Images capturing swarms of gidgee bugs across cattle stations in North West Queensland were posted to social media this week.
Facebook posts from Cheri Stanger and Maree Balmain showed an influx of bugs around the homestead of their cattle stations near Julia Creek.
At Cowan Downs Station, Ms Stanger said there had been an influx of insects for a few weeks and they had made their way into her house, which she was cleaning up most mornings.
"I have noticed them anywhere there is light, they come in swarms and have an awful odour," she said.
Meanwhile at Carrum Station, Ms Balmain's daughter Elsie was enjoying the bugs a little too much.
"She ate some but she worked out pretty quickly the taste awful!" Ms Balmain said.
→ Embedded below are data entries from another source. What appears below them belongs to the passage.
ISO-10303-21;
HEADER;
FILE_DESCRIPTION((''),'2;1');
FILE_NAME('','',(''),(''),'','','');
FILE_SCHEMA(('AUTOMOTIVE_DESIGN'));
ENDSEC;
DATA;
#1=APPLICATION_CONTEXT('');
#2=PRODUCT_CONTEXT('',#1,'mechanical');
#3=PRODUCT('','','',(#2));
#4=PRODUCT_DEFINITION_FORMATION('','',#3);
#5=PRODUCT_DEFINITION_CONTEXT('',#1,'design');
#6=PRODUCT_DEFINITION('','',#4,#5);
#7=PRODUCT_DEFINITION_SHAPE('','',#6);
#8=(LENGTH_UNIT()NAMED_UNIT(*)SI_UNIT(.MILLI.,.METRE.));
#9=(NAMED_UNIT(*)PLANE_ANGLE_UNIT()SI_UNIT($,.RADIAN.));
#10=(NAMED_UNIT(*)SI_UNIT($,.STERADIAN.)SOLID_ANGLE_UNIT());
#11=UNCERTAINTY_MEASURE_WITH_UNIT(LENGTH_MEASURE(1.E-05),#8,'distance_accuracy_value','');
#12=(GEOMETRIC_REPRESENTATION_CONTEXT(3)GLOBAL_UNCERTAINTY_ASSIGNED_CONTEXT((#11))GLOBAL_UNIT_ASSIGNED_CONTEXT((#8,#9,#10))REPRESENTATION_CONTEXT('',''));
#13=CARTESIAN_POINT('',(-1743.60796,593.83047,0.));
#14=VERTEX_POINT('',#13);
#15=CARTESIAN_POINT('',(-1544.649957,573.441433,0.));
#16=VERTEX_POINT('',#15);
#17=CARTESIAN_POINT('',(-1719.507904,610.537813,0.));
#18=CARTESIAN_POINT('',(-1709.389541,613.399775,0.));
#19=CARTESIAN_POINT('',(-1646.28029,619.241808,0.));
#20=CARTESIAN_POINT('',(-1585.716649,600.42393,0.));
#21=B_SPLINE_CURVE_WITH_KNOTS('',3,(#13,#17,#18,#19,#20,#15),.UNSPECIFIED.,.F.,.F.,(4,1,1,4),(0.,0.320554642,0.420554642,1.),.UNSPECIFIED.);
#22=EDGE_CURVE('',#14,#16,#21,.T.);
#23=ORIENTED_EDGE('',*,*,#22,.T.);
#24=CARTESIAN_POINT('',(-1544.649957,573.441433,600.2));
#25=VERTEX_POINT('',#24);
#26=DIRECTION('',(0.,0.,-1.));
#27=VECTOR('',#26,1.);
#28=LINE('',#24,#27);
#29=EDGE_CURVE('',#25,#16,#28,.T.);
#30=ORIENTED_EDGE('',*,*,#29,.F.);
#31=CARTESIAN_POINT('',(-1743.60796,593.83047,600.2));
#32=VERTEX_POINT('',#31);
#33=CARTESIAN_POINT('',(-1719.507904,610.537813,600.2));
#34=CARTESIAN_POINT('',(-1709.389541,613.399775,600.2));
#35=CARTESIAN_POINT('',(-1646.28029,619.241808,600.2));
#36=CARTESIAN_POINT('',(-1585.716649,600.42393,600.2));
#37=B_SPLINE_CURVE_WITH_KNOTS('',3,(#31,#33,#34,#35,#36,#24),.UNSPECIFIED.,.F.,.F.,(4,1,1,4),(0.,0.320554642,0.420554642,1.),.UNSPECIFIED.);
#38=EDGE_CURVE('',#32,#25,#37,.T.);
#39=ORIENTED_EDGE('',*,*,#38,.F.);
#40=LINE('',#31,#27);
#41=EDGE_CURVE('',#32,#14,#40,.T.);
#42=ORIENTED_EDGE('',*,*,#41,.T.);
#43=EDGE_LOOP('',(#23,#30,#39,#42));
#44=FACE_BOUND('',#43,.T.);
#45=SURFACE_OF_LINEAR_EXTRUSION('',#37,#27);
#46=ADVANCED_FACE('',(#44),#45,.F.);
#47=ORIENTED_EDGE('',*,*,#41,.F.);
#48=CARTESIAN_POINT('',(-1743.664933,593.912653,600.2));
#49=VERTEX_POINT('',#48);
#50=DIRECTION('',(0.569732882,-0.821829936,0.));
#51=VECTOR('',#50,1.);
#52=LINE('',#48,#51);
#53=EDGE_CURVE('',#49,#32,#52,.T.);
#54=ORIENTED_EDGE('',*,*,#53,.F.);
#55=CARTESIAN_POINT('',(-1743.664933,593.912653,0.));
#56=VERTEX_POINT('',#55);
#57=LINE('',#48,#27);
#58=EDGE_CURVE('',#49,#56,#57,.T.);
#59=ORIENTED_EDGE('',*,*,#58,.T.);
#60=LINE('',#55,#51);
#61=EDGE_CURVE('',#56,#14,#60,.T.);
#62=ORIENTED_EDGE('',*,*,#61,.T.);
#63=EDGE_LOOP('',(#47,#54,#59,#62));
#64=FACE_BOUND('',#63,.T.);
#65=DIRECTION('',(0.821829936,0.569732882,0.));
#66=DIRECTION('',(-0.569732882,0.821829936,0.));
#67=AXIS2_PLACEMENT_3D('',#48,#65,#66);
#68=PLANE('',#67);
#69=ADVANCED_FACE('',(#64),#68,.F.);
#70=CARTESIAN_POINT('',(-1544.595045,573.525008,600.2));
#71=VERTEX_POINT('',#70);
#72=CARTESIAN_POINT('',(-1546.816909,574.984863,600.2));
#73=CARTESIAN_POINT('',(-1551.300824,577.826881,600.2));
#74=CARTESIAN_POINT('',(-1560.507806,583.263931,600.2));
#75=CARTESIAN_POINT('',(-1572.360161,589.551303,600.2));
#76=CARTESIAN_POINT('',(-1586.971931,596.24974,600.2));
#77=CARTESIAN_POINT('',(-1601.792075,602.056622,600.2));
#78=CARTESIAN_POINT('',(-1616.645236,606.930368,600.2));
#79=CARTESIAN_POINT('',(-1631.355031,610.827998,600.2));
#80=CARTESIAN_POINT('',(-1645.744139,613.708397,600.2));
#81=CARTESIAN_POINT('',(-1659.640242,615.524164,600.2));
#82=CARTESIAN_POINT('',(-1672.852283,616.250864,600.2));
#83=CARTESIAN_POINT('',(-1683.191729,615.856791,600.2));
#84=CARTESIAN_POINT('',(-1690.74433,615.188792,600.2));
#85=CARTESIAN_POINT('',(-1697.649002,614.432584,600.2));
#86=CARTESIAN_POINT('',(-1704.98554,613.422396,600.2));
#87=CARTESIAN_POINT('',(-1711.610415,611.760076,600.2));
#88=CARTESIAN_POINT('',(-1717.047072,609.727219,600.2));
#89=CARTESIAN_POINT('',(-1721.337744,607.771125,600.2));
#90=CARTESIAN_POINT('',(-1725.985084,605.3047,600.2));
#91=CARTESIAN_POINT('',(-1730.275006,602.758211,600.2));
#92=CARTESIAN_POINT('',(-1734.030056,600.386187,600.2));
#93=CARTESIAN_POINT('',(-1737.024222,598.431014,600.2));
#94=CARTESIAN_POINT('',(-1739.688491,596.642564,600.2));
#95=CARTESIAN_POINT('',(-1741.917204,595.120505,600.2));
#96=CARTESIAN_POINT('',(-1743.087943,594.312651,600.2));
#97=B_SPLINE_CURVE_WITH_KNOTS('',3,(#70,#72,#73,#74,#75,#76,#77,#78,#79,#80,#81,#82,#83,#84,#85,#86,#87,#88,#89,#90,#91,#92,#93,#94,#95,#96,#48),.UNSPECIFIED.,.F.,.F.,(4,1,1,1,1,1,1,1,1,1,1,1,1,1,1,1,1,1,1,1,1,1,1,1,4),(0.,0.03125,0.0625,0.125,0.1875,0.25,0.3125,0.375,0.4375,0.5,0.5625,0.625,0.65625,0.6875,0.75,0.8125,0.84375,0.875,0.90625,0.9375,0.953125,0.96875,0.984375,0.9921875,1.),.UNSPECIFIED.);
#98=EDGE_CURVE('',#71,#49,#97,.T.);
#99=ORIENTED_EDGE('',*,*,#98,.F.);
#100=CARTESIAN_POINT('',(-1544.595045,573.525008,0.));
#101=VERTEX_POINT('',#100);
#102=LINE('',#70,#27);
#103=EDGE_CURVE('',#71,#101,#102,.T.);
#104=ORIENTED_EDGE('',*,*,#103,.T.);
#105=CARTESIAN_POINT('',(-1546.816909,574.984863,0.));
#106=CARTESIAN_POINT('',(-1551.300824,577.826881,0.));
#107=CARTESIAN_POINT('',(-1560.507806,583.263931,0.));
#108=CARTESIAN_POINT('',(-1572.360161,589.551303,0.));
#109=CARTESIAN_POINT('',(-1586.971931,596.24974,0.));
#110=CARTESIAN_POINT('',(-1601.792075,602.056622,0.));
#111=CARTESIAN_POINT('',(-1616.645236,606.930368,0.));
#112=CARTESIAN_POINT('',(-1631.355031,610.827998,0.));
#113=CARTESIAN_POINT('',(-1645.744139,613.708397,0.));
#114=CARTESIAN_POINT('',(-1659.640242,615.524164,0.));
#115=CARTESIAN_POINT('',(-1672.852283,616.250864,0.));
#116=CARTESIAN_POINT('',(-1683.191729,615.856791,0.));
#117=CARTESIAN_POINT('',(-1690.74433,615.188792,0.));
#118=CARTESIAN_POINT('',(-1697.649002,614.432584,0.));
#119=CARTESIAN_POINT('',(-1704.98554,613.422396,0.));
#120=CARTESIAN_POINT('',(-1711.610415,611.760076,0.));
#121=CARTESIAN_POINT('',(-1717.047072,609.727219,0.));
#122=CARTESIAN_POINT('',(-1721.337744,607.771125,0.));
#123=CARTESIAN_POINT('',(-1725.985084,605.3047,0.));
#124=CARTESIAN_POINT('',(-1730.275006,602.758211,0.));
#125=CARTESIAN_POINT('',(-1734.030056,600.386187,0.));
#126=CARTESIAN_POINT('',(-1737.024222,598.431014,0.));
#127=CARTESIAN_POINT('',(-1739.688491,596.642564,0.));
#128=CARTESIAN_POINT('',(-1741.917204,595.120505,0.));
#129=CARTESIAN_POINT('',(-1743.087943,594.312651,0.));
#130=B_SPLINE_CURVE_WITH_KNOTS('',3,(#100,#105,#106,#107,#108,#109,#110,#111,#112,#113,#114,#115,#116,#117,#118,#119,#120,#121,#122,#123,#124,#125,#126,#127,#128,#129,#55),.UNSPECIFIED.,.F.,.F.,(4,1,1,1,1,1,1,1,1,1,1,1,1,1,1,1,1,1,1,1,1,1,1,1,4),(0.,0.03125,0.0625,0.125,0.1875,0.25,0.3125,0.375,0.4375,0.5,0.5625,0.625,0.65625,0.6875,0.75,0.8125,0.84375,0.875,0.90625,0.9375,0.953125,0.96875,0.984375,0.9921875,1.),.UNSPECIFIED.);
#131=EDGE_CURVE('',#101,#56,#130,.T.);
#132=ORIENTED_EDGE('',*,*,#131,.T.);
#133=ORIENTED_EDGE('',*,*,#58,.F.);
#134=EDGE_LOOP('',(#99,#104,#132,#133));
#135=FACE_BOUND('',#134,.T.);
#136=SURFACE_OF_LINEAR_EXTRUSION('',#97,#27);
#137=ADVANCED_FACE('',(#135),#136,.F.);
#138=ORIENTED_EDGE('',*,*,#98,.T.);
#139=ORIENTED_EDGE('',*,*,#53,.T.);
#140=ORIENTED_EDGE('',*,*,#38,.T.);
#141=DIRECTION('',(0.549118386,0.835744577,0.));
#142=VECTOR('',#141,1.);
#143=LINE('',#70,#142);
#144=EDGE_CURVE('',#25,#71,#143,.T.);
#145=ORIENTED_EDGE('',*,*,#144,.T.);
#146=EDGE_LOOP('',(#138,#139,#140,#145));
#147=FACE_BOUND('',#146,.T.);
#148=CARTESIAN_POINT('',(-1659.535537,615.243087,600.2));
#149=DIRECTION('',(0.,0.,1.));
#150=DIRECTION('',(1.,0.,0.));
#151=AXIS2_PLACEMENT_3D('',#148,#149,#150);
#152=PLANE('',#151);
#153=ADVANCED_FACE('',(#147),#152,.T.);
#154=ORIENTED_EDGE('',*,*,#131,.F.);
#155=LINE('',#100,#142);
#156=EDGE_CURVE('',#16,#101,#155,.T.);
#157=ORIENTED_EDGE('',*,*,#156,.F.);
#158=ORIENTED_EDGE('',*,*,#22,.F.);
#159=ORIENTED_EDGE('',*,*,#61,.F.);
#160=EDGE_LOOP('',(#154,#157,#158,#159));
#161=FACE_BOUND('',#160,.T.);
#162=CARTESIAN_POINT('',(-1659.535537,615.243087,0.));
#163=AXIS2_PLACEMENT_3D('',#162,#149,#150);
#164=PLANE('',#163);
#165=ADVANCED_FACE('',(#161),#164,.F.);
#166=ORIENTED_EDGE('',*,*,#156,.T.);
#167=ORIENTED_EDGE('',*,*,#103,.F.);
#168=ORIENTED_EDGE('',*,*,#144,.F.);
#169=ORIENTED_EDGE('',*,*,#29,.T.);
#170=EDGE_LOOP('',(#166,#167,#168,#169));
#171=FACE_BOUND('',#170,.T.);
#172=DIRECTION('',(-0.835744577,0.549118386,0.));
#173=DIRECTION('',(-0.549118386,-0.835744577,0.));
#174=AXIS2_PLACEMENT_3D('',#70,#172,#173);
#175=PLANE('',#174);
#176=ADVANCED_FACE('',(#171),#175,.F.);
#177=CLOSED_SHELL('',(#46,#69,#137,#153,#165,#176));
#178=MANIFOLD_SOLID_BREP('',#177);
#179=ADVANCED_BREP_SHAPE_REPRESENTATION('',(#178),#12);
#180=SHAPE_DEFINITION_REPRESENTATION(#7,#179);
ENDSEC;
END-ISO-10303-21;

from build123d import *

# Parameters (mm, degrees)
BOSS_EXTRUDE1_DEPTH = 600.2


with BuildPart() as part:
    # Sketch1 → Boss-Extrude1 (new body)
    with BuildSketch(Plane.XY):
        with BuildLine():
            Line((-1743.664933471, 593.912653171), (-1743.607960183, 593.830470178))
            add(Edge.make_bspline(
                [(-1743.607960183, 593.830470178), (-1719.507904213, 610.537812828), (-1709.389541143, 613.399774739), (-1646.280289738, 619.241808081), (-1585.716648888, 600.423930323), (-1544.649956659, 573.44143308)],
                knots=[0, 0, 0, 0, 0.320554642, 0.420554642, 1, 1, 1, 1], degree=3))
            Line((-1544.649956659, 573.44143308), (-1544.595044821, 573.525007538))
            add(Edge.make_bspline(
                [(-1743.664933471, 593.912653171), (-1743.087942797, 594.31265145), (-1741.917203527, 595.120504528), (-1739.688491007, 596.64256443), (-1737.024222336, 598.431013991), (-1734.030056424, 600.386186826), (-1730.275006147, 602.758210899), (-1725.985083603, 605.304700102), (-1721.337743682, 607.7711254), (-1717.047071616, 609.727218927), (-1711.610414501, 611.760075968), (-1704.985540448, 613.422395736), (-1697.649002338, 614.432584074), (-1690.74433015, 615.188792173), (-1683.191728778, 615.856790836), (-1672.852283198, 616.250864323), (-1659.640242154, 615.52416439), (-1645.744138719, 613.708396811), (-1631.355030831, 610.827998004), (-1616.64523619, 606.93036839), (-1601.792074518, 602.056621703), (-1586.97193086, 596.249740218), (-1572.360160797, 589.551302581), (-1560.507806279, 583.263931197), (-1551.300823517, 577.826880634), (-1546.816908994, 574.984863218), (-1544.595044821, 573.525007538)],
                knots=[0, 0, 0, 0, 0.0078125, 0.015625, 0.03125, 0.046875, 0.0625, 0.09375, 0.125, 0.15625, 0.1875, 0.25, 0.3125, 0.34375, 0.375, 0.4375, 0.5, 0.5625, 0.625, 0.6875, 0.75, 0.8125, 0.875, 0.9375, 0.96875, 1, 1, 1, 1], degree=3))
        make_face()
    extrude(amount=BOSS_EXTRUDE1_DEPTH)


solid = part.part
"They're the most disgusting animals! Even Elsie knows not to eat them now."
Director of entomology at the Queensland Museum Dr Christine Lambkin, said after rain in February and warm conditions following, the conditions were just right for the insects to reach maturity and start flying.
"These masses are because after the rain the previous eggs hatched, have eaten and moulted at least three times and then moulted to adult forms," Dr Lambkin said.
"These adults will now mate and lay eggs. Those eggs will probably wait until spring to hatch (if conditions are right then."
Gidgee bugs are not generally classed as a pest but can cause damage to crops or pastures.